When the pager receiver receives Korean, English, numeric and symbolic messages by receiving 28-bit codewords (address codewords, message codewords, sync codewords, and idle codewords) from the fixed station, as shown in FIG. Receive in order. That is, when the pager receiver receives each codeword bit by bit from the fixed station and determines that all 28 bits have been received, the full 32-bit BCH code is added by adding 4 bits of dummy bits to the received codeword. Constitute a word (POCSAG codeword). If there is no error in the received codeword, if there is no error, the received codeword is used as it is, and the next operation is performed. If there is an error in the received codeword, it is determined whether the error is less than 3 bits. Is less than 3 bits, corrects the error of the received codeword, uses the error-corrected codeword, and executes the following operation.

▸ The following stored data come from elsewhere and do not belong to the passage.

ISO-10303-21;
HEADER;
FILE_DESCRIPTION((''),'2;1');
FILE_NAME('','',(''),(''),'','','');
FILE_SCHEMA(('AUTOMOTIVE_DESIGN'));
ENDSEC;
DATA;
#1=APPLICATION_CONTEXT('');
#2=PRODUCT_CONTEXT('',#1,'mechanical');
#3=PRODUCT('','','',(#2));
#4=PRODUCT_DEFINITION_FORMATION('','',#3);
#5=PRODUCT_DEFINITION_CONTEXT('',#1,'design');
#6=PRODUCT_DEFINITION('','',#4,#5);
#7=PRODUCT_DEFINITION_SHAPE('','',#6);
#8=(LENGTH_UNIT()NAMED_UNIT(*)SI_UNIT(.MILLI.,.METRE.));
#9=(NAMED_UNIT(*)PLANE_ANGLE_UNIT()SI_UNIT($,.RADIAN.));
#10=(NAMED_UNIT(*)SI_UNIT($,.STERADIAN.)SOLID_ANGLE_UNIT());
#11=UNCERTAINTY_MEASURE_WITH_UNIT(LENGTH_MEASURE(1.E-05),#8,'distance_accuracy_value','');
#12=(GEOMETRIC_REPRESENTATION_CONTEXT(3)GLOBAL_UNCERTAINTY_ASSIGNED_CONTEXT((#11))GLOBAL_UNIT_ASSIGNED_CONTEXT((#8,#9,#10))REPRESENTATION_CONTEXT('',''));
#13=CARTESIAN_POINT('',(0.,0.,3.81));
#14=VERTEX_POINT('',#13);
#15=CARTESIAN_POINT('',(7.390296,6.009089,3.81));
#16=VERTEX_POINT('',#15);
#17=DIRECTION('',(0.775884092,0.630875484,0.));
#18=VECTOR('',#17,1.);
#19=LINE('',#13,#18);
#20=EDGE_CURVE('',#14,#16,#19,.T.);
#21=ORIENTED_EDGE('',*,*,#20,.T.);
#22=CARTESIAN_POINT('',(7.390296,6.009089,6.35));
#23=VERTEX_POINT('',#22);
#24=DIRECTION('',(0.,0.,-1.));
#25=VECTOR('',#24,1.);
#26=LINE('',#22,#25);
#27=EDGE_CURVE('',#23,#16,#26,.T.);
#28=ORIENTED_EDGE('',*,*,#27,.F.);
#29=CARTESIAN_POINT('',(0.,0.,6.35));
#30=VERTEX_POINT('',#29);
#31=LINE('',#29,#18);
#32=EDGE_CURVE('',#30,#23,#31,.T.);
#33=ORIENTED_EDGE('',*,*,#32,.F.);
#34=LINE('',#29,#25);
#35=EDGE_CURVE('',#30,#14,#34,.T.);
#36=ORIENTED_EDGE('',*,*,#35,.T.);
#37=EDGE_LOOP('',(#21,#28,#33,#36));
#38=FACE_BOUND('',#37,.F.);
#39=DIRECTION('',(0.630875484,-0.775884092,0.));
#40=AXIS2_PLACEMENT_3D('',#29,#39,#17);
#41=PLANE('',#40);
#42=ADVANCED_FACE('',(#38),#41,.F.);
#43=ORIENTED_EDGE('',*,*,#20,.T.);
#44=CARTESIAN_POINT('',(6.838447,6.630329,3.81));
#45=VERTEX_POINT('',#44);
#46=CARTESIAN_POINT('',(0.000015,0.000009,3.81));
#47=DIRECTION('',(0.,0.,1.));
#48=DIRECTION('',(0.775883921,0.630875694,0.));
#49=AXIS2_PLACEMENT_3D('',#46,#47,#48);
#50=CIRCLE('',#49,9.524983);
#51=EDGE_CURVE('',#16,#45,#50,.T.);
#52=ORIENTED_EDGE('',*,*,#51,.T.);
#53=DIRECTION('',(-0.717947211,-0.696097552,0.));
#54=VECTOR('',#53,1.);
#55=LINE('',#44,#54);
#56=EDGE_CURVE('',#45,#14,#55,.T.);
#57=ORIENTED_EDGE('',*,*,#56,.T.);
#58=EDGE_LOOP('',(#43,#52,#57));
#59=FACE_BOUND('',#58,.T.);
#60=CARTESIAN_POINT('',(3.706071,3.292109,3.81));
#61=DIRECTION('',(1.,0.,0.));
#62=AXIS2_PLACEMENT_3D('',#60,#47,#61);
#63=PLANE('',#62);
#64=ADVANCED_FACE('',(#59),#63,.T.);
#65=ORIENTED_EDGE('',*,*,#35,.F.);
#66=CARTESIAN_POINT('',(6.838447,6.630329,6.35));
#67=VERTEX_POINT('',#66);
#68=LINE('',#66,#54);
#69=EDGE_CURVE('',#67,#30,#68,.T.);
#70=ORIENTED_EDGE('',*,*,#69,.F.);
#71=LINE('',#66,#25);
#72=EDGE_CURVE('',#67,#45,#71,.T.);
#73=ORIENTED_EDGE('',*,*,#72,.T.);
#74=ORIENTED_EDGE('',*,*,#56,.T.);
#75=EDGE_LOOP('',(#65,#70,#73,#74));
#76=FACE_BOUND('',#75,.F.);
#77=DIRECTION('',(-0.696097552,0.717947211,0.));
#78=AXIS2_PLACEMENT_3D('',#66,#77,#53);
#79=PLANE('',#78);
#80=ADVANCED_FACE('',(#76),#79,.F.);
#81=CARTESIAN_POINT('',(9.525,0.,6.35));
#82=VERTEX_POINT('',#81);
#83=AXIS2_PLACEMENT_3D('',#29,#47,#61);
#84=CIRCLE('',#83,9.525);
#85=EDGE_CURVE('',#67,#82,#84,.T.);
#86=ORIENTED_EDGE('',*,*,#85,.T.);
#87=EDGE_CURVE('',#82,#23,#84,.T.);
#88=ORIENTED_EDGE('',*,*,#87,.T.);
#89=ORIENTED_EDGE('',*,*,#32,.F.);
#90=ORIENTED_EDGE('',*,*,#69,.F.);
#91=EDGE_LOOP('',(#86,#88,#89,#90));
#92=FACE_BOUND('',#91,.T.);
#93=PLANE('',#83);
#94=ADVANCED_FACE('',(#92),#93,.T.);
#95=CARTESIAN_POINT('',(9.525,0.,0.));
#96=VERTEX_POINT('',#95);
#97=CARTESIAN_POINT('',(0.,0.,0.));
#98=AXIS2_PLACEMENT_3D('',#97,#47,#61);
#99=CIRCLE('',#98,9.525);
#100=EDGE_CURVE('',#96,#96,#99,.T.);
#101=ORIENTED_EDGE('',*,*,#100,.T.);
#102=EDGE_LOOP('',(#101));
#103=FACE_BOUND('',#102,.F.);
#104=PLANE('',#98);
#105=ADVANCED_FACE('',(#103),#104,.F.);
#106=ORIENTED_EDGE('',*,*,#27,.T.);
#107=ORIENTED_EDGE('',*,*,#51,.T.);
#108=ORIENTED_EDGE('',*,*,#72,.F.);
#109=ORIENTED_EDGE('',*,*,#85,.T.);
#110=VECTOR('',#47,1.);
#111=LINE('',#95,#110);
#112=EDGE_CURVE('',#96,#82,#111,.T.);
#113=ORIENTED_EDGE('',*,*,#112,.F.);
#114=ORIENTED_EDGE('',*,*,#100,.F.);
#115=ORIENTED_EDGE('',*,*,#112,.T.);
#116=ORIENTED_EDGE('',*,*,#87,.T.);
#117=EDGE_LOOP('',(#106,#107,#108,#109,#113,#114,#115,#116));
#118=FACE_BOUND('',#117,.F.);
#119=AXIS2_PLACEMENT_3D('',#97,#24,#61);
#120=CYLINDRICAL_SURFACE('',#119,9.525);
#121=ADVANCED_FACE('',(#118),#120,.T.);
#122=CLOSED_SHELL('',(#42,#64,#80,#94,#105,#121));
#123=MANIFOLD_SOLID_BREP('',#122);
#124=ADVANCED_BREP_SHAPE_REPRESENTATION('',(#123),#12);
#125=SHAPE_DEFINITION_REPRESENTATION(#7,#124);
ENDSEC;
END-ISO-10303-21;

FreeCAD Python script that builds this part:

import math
import FreeCAD as App
import Part
import Sketcher

V = App.Vector
Q = App.Units.Quantity

doc = App.newDocument("Part")
body = doc.addObject("PartDesign::Body", "Body")

sketch1 = doc.addObject("Sketcher::SketchObject", "Sketch")
body.addObject(sketch1)
sketch1.AttachmentSupport = (doc.XY_Plane, [""])
sketch1.MapMode = "FlatFace"
sketch1.addGeometry(Part.Circle(V(0, 0, 0), V(0, 0, 1), 10), False)
sketch1.addConstraint(Sketcher.Constraint("Coincident", 0, 3, -1, 1))
sketch1.addConstraint(Sketcher.Constraint("Diameter", 0, Q("0.75 in")))
pad1 = doc.addObject("PartDesign::Pad", "Pad")
body.addObject(pad1)
pad1.Profile = sketch1
pad1.Length = Q("0.25 in")

sketch2 = doc.addObject("Sketcher::SketchObject", "Sketch001")
body.addObject(sketch2)
sketch2.AttachmentSupport = (doc.XY_Plane, [""])
sketch2.MapMode = "FlatFace"
sketch2.AttachmentOffset = App.Placement(V(0, 0, 0.25 * 25.4), App.Rotation())
sketch2.addGeometry(Part.ArcOfCircle(Part.Circle(V(0, 0, 0), V(0, 0, 1), 9.5), math.radians(39.11), math.radians(44.11)), False)
sketch2.addGeometry(Part.LineSegment(V(6.8, 6.6, 0), V(0, 0, 0)), False)
sketch2.addGeometry(Part.LineSegment(V(0, 0, 0), V(7.4, 6, 0)), False)
sketch2.addConstraint(Sketcher.Constraint("Coincident", 0, 2, 1, 1))
sketch2.addConstraint(Sketcher.Constraint("Coincident", 1, 2, 2, 1))
sketch2.addConstraint(Sketcher.Constraint("Coincident", 2, 2, 0, 1))
sketch2.addConstraint(Sketcher.Constraint("Coincident", 1, 2, -1, 1))
sketch2.addConstraint(Sketcher.Constraint("Equal", 1, 2))
sketch2.addConstraint(Sketcher.Constraint("Distance", 1, Q("0.375 in")))
sketch2.addConstraint(Sketcher.Constraint("Radius", 0, Q("9.524983 mm")))
sketch2.addConstraint(Sketcher.Constraint("DistanceY", -1, 1, 0, 2, Q("6.630329 mm")))
sketch2.addConstraint(Sketcher.Constraint("DistanceY", -1, 1, 2, 2, Q("6.009089 mm")))
pocket1 = doc.addObject("PartDesign::Pocket", "Pocket")
body.addObject(pocket1)
pocket1.Profile = sketch2
pocket1.Length = Q("0.1 in")

doc.recompute()
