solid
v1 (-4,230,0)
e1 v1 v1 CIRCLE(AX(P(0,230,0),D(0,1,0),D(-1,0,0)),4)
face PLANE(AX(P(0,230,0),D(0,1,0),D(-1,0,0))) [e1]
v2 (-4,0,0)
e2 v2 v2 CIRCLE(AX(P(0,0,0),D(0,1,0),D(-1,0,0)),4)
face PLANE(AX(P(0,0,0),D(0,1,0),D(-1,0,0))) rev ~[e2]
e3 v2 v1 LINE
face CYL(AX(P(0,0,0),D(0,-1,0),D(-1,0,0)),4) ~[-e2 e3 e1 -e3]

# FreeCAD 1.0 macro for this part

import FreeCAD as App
import Part
import Sketcher
Q = App.Units.Quantity

doc = App.newDocument("Part")
body = doc.addObject("PartDesign::Body", "Body")

sketch1 = body.newObject("Sketcher::SketchObject", "Sketch")
sketch1.AttachmentSupport = (doc.getObject("XZ_Plane"), [""])
sketch1.MapMode = "FlatFace"
sketch1.addGeometry(Part.Circle(App.Vector(0, 0, 0), App.Vector(0, 0, 1), 4), False)
sketch1.addConstraint([
    Sketcher.Constraint("Coincident", 0, 3, -1, 1),
    Sketcher.Constraint("Diameter", 0, Q("8 mm")),
])
pad1 = body.newObject("PartDesign::Pad", "Pad")
pad1.Profile = sketch1
pad1.Length = 230
pad1.Reversed = True

doc.recompute()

If the error is more than 3 bits in the received codeword, it is determined whether the received codeword is a paging data codeword.If the received codeword is not a paging data codeword, the received codeword is ignored and the next operation is executed. In the case of a paging data codeword, the received codeword is used as it is and the next operation is performed when it is determined whether or not the received codeword is used. In the above description, a dummy bit is set to 4 bits in each of an address codeword, a message codeword, a sync codeword, and an idle codeword, and a 4-bit dummy bit is added to each 28-bit codeword received upon actual reception. A BCH codeword (POCSAG codeword) is configured, but is not limited thereto. A complete BCH codeword (POCSAG codeword) is obtained by adding or subtracting the number of bits of a dummy bit to a received codeword within a range capable of receiving Korean messages. Can be configured.

Claims (2)

CLAIMS 1. A message transmission method of a paging system, comprising: a first step of setting a predetermined number of dummy bits in an address codeword, a message codeword, a sync codeword, and an idle codeword of a 32-bit POCSAG code method; And a second step of transmitting an address codeword, a message codeword, a sync codeword, and an idle codeword consisting of bits other than the dummy bits in units of bits. A first step of receiving a codeword including an address codeword, a message codeword, a sync codeword, and an idle codeword in units of bits; A second step of checking whether the codeword has been received by a predetermined number of bits; A third step of returning to the first step when the codeword is not received by the predetermined number of bits in the second step; A fourth step of constructing a 32-bit POCSAG code type codeword by adding dummy bits of a predetermined number of bits to the received codeword when the codeword is received by a predetermined number of bits in the second step; A fifth step of detecting an error of the codeword configured in the fourth step; A sixth step of using the codeword when no error is detected in the fifth step; A seventh step of checking whether an error bit number is greater than or equal to a predetermined bit when an error is detected in the fifth step; An eighth step of correcting an error of the codeword if the number of error bits is not more than a predetermined bit in the seventh step; A ninth step of determining whether the received codeword is a paging data codeword when the number of error bits is greater than a predetermined bit in the seventh step; A tenth step of using or ignoring the corresponding codeword when the codeword is determined to be a paging data codeword in the ninth step; And the eleventh step of disregarding the codeword when the codeword is not determined to be a paging data codeword in the ninth step.